In 2018, Delaney was sidelined with an ACL tear. Six months of physical therapy followed her surgery. As she recovered, she observed the physical therapy process closely and began to consider a new career path.

Light on cash, but rich with motivation, Delaney enrolled in IRSC’s Physical Therapist Assistant program. She appreciates the college’s reasonably priced, small classes and proximity to home and work. She is a physical therapy technician at Premier Physical Therapy in Port St. Lucie and expects to grow with the company after she completes the IRSC program.

“The IRSC program was less than half the cost of private school, and with the scholarship I received, there’s barely any cost to attend. After my parents spent all that money at UCF, it was wonderful to come here and have almost all of it paid for.”

— Delaney Ridgway, Hobe Sound


“Everyone at IRSC genuinely cares about you and your success. You gain confidence and you grow exponentially as both a person and a professional.”

— Robert Catapano, Vero Beach

Robert Catapano graduated Sebastian River High School and made plans to study at IRSC. At the time, he didn’t realize how he would develop a passion for not-for-profits that would guide his involvement in collegiate extracurricular activities and eventually define his career.

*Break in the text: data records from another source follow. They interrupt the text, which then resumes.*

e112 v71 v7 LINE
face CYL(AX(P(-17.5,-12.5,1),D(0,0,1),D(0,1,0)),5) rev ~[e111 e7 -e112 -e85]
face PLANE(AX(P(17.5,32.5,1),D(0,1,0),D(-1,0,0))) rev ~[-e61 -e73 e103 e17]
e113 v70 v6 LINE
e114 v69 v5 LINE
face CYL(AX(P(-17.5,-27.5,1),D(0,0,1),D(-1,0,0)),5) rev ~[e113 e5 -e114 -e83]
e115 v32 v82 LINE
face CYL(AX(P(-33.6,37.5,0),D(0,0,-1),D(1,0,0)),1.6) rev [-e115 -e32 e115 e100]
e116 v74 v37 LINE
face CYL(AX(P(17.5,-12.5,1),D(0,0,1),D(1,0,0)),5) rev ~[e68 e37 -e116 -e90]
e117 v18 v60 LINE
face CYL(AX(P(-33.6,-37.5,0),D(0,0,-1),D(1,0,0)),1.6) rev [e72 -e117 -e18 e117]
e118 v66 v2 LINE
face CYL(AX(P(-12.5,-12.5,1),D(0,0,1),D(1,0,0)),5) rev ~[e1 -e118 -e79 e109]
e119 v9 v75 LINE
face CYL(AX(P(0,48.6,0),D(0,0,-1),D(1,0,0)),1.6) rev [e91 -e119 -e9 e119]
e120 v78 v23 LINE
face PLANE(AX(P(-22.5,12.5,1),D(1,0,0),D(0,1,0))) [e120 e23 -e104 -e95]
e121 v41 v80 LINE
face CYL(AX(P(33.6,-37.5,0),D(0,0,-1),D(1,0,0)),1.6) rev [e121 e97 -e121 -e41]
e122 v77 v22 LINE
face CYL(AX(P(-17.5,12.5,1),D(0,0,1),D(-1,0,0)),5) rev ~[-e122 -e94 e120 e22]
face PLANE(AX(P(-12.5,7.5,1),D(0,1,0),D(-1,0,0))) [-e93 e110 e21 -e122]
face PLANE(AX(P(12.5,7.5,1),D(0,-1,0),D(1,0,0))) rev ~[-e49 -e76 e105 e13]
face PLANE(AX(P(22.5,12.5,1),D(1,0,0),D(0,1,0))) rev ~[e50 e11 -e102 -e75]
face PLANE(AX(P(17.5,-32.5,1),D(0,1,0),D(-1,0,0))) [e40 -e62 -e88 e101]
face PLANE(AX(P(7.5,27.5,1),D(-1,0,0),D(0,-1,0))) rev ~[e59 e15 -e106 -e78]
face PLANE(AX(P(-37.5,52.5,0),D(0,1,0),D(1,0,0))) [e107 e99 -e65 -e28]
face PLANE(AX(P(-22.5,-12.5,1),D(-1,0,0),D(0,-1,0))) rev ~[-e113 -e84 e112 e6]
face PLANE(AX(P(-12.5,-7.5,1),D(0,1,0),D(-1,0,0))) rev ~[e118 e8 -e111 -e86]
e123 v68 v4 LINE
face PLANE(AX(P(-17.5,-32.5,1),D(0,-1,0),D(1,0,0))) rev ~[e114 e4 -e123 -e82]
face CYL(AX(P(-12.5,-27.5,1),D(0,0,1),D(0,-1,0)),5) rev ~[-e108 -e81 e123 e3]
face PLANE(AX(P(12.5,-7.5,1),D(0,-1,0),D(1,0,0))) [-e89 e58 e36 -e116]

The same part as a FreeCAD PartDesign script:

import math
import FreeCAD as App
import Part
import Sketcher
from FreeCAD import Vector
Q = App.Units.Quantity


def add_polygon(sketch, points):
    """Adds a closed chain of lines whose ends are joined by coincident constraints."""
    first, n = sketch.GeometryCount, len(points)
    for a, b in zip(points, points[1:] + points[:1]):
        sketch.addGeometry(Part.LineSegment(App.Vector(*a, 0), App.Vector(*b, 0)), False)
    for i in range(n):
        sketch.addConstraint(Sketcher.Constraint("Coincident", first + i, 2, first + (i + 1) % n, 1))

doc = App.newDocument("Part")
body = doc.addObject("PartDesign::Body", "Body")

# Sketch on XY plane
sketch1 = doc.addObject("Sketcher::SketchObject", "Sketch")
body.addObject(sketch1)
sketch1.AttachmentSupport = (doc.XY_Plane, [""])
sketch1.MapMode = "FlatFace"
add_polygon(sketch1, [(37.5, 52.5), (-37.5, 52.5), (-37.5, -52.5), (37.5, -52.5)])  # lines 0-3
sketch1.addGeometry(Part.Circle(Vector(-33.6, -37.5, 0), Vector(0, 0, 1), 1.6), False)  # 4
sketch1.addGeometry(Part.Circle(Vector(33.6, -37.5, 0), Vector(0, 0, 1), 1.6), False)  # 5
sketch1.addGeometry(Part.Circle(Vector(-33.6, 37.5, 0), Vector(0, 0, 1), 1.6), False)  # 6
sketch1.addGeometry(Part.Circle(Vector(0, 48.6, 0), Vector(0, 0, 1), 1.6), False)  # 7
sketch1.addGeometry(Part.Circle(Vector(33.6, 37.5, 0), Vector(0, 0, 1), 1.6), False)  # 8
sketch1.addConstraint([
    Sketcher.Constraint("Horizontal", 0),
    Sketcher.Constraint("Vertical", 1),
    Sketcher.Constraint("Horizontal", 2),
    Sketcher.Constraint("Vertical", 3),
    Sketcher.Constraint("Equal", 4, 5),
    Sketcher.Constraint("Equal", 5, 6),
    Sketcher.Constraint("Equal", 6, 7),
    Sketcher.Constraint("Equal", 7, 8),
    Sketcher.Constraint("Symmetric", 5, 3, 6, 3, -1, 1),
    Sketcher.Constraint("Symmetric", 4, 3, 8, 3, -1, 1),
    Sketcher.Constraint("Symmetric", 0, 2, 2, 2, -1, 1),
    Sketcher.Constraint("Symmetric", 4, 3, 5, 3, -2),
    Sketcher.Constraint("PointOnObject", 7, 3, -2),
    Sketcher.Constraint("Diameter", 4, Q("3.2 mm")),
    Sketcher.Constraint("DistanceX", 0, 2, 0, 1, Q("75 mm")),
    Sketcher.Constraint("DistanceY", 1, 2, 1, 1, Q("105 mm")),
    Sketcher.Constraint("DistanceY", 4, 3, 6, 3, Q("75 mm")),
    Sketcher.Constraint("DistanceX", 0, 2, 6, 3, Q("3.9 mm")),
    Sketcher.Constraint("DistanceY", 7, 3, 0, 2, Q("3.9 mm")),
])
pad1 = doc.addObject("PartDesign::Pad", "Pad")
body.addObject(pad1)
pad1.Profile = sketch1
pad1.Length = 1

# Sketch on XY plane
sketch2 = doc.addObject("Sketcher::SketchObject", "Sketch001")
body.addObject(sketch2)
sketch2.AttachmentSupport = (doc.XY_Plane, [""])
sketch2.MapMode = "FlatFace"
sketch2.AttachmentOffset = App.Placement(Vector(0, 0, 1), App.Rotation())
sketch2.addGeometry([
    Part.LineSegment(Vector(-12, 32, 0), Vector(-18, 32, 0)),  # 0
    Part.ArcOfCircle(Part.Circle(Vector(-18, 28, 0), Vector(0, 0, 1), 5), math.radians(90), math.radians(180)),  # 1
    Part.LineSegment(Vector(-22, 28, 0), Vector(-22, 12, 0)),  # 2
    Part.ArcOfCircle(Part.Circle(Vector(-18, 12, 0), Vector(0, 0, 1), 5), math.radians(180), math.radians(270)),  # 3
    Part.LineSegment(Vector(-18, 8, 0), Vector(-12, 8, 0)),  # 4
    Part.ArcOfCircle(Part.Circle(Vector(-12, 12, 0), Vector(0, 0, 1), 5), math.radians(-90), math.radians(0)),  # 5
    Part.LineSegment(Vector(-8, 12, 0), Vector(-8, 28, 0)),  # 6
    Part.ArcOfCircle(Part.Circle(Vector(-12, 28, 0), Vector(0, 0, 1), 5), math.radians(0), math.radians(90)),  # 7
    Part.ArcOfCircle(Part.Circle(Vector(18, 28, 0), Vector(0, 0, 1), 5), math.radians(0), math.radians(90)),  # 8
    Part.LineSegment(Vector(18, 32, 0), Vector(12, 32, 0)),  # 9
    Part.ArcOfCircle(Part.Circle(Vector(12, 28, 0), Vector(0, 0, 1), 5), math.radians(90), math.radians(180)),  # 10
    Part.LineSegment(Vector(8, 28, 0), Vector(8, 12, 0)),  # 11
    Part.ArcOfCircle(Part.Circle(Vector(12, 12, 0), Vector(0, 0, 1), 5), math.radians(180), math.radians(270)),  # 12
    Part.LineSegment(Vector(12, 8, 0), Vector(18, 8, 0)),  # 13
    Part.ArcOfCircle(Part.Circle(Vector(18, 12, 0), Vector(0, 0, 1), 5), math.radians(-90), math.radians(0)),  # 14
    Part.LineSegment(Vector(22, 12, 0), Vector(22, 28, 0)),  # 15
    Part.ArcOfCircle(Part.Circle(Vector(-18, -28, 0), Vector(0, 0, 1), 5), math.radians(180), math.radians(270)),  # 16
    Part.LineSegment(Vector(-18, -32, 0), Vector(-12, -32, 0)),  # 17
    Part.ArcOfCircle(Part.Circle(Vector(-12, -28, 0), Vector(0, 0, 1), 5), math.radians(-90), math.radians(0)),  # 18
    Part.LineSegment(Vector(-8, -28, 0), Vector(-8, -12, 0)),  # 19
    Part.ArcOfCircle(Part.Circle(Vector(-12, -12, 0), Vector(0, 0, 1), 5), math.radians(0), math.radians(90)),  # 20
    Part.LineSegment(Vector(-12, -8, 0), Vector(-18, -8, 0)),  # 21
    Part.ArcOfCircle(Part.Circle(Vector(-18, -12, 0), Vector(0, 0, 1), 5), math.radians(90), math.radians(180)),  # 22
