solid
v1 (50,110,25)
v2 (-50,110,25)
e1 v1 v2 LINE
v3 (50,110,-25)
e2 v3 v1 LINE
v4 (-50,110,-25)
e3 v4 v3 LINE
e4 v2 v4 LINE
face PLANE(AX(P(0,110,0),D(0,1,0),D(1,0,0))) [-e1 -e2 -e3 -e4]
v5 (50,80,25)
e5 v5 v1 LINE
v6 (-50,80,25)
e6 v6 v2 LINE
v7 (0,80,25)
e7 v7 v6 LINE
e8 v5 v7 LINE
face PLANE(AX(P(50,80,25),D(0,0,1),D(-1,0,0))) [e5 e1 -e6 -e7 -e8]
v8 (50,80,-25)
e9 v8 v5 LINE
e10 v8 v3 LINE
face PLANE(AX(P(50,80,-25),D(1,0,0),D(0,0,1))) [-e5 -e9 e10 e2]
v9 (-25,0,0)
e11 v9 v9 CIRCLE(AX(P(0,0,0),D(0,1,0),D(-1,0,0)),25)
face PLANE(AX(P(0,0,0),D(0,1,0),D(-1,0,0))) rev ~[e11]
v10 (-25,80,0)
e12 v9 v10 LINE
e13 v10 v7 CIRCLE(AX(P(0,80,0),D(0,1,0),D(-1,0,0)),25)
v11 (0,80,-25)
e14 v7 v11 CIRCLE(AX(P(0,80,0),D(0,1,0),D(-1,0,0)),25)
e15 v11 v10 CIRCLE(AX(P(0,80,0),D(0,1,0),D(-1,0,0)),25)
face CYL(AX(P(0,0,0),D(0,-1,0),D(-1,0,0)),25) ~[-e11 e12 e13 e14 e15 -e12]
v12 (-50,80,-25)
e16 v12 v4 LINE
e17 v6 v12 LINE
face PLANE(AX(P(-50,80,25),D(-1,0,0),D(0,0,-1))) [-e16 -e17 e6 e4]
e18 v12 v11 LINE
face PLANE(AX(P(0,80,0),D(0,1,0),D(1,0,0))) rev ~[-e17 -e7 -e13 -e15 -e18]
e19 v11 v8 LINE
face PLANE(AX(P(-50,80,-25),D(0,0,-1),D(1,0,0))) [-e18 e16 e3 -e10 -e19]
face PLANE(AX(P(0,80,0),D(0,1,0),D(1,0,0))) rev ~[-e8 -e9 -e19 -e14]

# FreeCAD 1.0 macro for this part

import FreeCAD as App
import Part
import Sketcher
Q = App.Units.Quantity

doc = App.newDocument("Part")
body = doc.addObject("PartDesign::Body", "Body")

# Sketch on XZ plane
sketch1 = body.newObject("Sketcher::SketchObject", "Sketch")
sketch1.AttachmentSupport = (doc.getObject("XZ_Plane"), [""])
sketch1.MapMode = "FlatFace"
sketch1.addGeometry(Part.Circle(App.Vector(0, 0, 0), App.Vector(0, 0, 1), 25), False)
sketch1.addConstraint([
    Sketcher.Constraint("Coincident", 0, 3, -1, 1),
    Sketcher.Constraint("Diameter", 0, Q("1.9685 in")),
])
pad1 = body.newObject("PartDesign::Pad", "Pad")
pad1.Profile = sketch1
pad1.Length = Q("3.1496063 in")
pad1.Reversed = True

# Sketch on XZ plane
sketch2 = body.newObject("Sketcher::SketchObject", "Sketch001")
sketch2.AttachmentSupport = (doc.getObject("XZ_Plane"), [""])
sketch2.MapMode = "FlatFace"
sketch2.AttachmentOffset = App.Placement(App.Vector(0, 0, -3.1496063 * 25.4), App.Rotation())
sketch2.addGeometry([
    Part.LineSegment(App.Vector(-50, 25, 0), App.Vector(50, 25, 0)),
    Part.LineSegment(App.Vector(50, 25, 0), App.Vector(50, -25, 0)),
    Part.LineSegment(App.Vector(50, -25, 0), App.Vector(-50, -25, 0)),
    Part.LineSegment(App.Vector(-50, -25, 0), App.Vector(-50, 25, 0)),
], False)
sketch2.addConstraint([
    Sketcher.Constraint("Coincident", 0, 2, 1, 1),
    Sketcher.Constraint("Coincident", 1, 2, 2, 1),
    Sketcher.Constraint("Coincident", 2, 2, 3, 1),
    Sketcher.Constraint("Coincident", 3, 2, 0, 1),
    Sketcher.Constraint("Horizontal", 0),
    Sketcher.Constraint("Vertical", 1),
    Sketcher.Constraint("Horizontal", 2),
    Sketcher.Constraint("Vertical", 3),
    Sketcher.Constraint("Symmetric", 0, 2, 2, 2, -1, 1),
    Sketcher.Constraint("DistanceX", 0, 1, 0, 2, Q("3.937 in")),
    Sketcher.Constraint("DistanceY", 1, 2, 1, 1, Q("1.9685 in")),
])
pad2 = body.newObject("PartDesign::Pad", "Pad001")
pad2.Profile = sketch2
pad2.Length = Q("1.1811024 in")
pad2.Reversed = True

doc.recompute()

At IRSC, Robert earned his associate degree in business administration with honors in 2015 and a bachelor’s degree in applied science in organizational management in 2018. He served as president of the Sigma Beta Delta Honor Society and founded two not-for-profit groups — one dedicated to educating the youth of Indian River County and another that mobilizes IRSC alumni as volunteer consultants who help build capacity at small Indian River County not-for-profit organizations.

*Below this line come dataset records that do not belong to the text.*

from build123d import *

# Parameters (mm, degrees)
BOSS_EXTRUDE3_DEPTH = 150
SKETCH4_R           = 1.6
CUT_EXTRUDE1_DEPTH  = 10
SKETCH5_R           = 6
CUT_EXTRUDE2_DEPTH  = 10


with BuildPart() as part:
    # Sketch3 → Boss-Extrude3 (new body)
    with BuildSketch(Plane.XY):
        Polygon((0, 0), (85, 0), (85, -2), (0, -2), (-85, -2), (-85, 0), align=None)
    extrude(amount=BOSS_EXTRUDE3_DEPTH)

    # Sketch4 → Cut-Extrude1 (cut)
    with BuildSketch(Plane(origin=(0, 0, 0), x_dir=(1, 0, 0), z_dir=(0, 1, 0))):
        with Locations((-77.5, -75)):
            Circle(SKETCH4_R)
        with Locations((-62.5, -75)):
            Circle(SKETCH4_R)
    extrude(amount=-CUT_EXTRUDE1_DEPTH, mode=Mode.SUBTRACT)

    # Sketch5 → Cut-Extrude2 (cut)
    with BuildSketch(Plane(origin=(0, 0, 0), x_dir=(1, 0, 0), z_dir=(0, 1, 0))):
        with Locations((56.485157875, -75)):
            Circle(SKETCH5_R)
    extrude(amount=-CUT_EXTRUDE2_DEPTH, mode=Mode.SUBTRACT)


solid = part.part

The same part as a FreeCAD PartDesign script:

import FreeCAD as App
import Part
import Sketcher


def add_polygon(sketch, points):
    """Adds a closed chain of lines whose ends are joined by coincident constraints."""
    first, n = sketch.GeometryCount, len(points)
    for a, b in zip(points, points[1:] + points[:1]):
        sketch.addGeometry(Part.LineSegment(App.Vector(*a, 0), App.Vector(*b, 0)), False)
    for i in range(n):
        sketch.addConstraint(Sketcher.Constraint("Coincident", first + i, 2, first + (i + 1) % n, 1))

doc = App.newDocument("Part")
params = doc.addObject("Spreadsheet::Sheet", "Params")
for row, (alias, value) in enumerate([
    ("sketch1_width", "170 mm"),
    ("sketch1_height", "2 mm"),
    ("pad1_length", "150 mm"),
    ("sketch2_diameter", "3.2 mm"),
    ("pocket1_length", "10 mm"),
    ("sketch3_diameter", "12 mm"),
    ("pocket2_length", "10 mm"),
], start=1):
    params.set(f"A{row}", alias)
    params.set(f"B{row}", "=" + value)
    params.setAlias(f"B{row}", alias)

body = doc.addObject("PartDesign::Body", "Body")

# Sketch on XY plane
sketch1 = body.newObject("Sketcher::SketchObject", "Sketch")
sketch1.AttachmentSupport = (doc.getObject("XY_Plane"), [""])
sketch1.MapMode = "FlatFace"
add_polygon(sketch1, [(85, 0), (-85, 0), (-85, -2), (85, -2)])  # lines 0-3
sketch1.addConstraint([
    Sketcher.Constraint("Horizontal", 0),
    Sketcher.Constraint("Vertical", 1),
    Sketcher.Constraint("Horizontal", 2),
    Sketcher.Constraint("Vertical", 3),
    Sketcher.Constraint("Symmetric", 0, 2, 3, 2, -1, 1),
    Sketcher.Constraint("DistanceX", 0, 2, 0, 1, 170.0),
    Sketcher.Constraint("DistanceY", 1, 2, 1, 1, 2.0),
])
sketch1.setExpression("Constraints[9]", "Params.sketch1_width")
sketch1.setExpression("Constraints[10]", "Params.sketch1_height")
pad1 = body.newObject("PartDesign::Pad", "Pad")
pad1.Profile = sketch1
pad1.setExpression("Length", "Params.pad1_length")

# Sketch on XZ plane
sketch2 = body.newObject("Sketcher::SketchObject", "Sketch001")
sketch2.AttachmentSupport = (doc.getObject("XZ_Plane"), [""])
sketch2.MapMode = "FlatFace"
sketch2.addGeometry([
    Part.Circle(App.Vector(-77.5, 75, 0), App.Vector(0, 0, 1), 1.6),
    Part.Circle(App.Vector(-62.5, 75, 0), App.Vector(0, 0, 1), 1.6),
], False)
sketch2.addConstraint([
    Sketcher.Constraint("Equal", 0, 1),
    Sketcher.Constraint("Horizontal", 0, 3, 1, 3),
    Sketcher.Constraint("Diameter", 0, 3.2),
    Sketcher.Constraint("DistanceY", -1, 1, 0, 3, 75.0),
    Sketcher.Constraint("DistanceX", 0, 3, 1, 3, 15.0),
    Sketcher.Constraint("DistanceX", 0, 3, -1, 1, 77.5),
])
sketch2.setExpression("Constraints[2]", "Params.sketch2_diameter")
pocket1 = body.newObject("PartDesign::Pocket", "Pocket")
pocket1.Profile = sketch2
pocket1.setExpression("Length", "Params.pocket1_length")
pocket1.Reversed = True

# Sketch on XZ plane
sketch3 = body.newObject("Sketcher::SketchObject", "Sketch002")
sketch3.AttachmentSupport = (doc.getObject("XZ_Plane"), [""])
sketch3.MapMode = "FlatFace"
sketch3.addGeometry(Part.Circle(App.Vector(56.485158, 75, 0), App.Vector(0, 0, 1), 6), False)
sketch3.addConstraint([
    Sketcher.Constraint("Diameter", 0, 12.0),
    Sketcher.Constraint("DistanceY", -1, 1, 0, 3, 75.0),
    Sketcher.Constraint("DistanceX", -1, 1, 0, 3, 56.485158),
])
sketch3.setExpression("Constraints[0]", "Params.sketch3_diameter")
pocket2 = body.newObject("PartDesign::Pocket", "Pocket001")
pocket2.Profile = sketch3
pocket2.setExpression("Length", "Params.pocket2_length")
pocket2.Reversed = True

doc.recompute()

Today, Robert is a manager with Boys and Girls Club of Indian River County. He says there is nothing more rewarding than working with children. He plans to continue his journey as a leader in the organization, and eventually take on an executive role, possibly in the national system.


“What I enjoyed most about the Blackburn is that once you step into the classroom you’re considered family... I wouldn’t be where I am without the assistance of the staff and faculty at the Blackburn.”

— Rayvionna Taylor, Fort Pierce

Rayvionna Taylor completed her Nursing Assistant certification tuition free in April 2019 as a student of the Lincoln Park Career Pathways Initiative — a collaborative effort between IRSC, the St. Lucie EDC, CareerSource Research Coast, and TCMA — sponsored by Allegany Franciscan Ministries through the Common Good Initiative. The program seeks to train Fort Pierce residents in growing and expanding fields, helping them to embark on lifelong careers.

Throughout the eight-week program, Rayvionna studied with IRSC nursing faculty in state-of-the-art facilities in the IRSC Blackburn Building. They helped her become “interview ready” and provided her guidance with employment applications. Upon completion of the program, Rayvionna interviewed with a physician’s practice. She landed that job, and she still holds it today.

Rayavionna’s educational quest continues. She is back at IRSC working on an Associate of Arts degree in health science in preparation to become a nurse and further her career.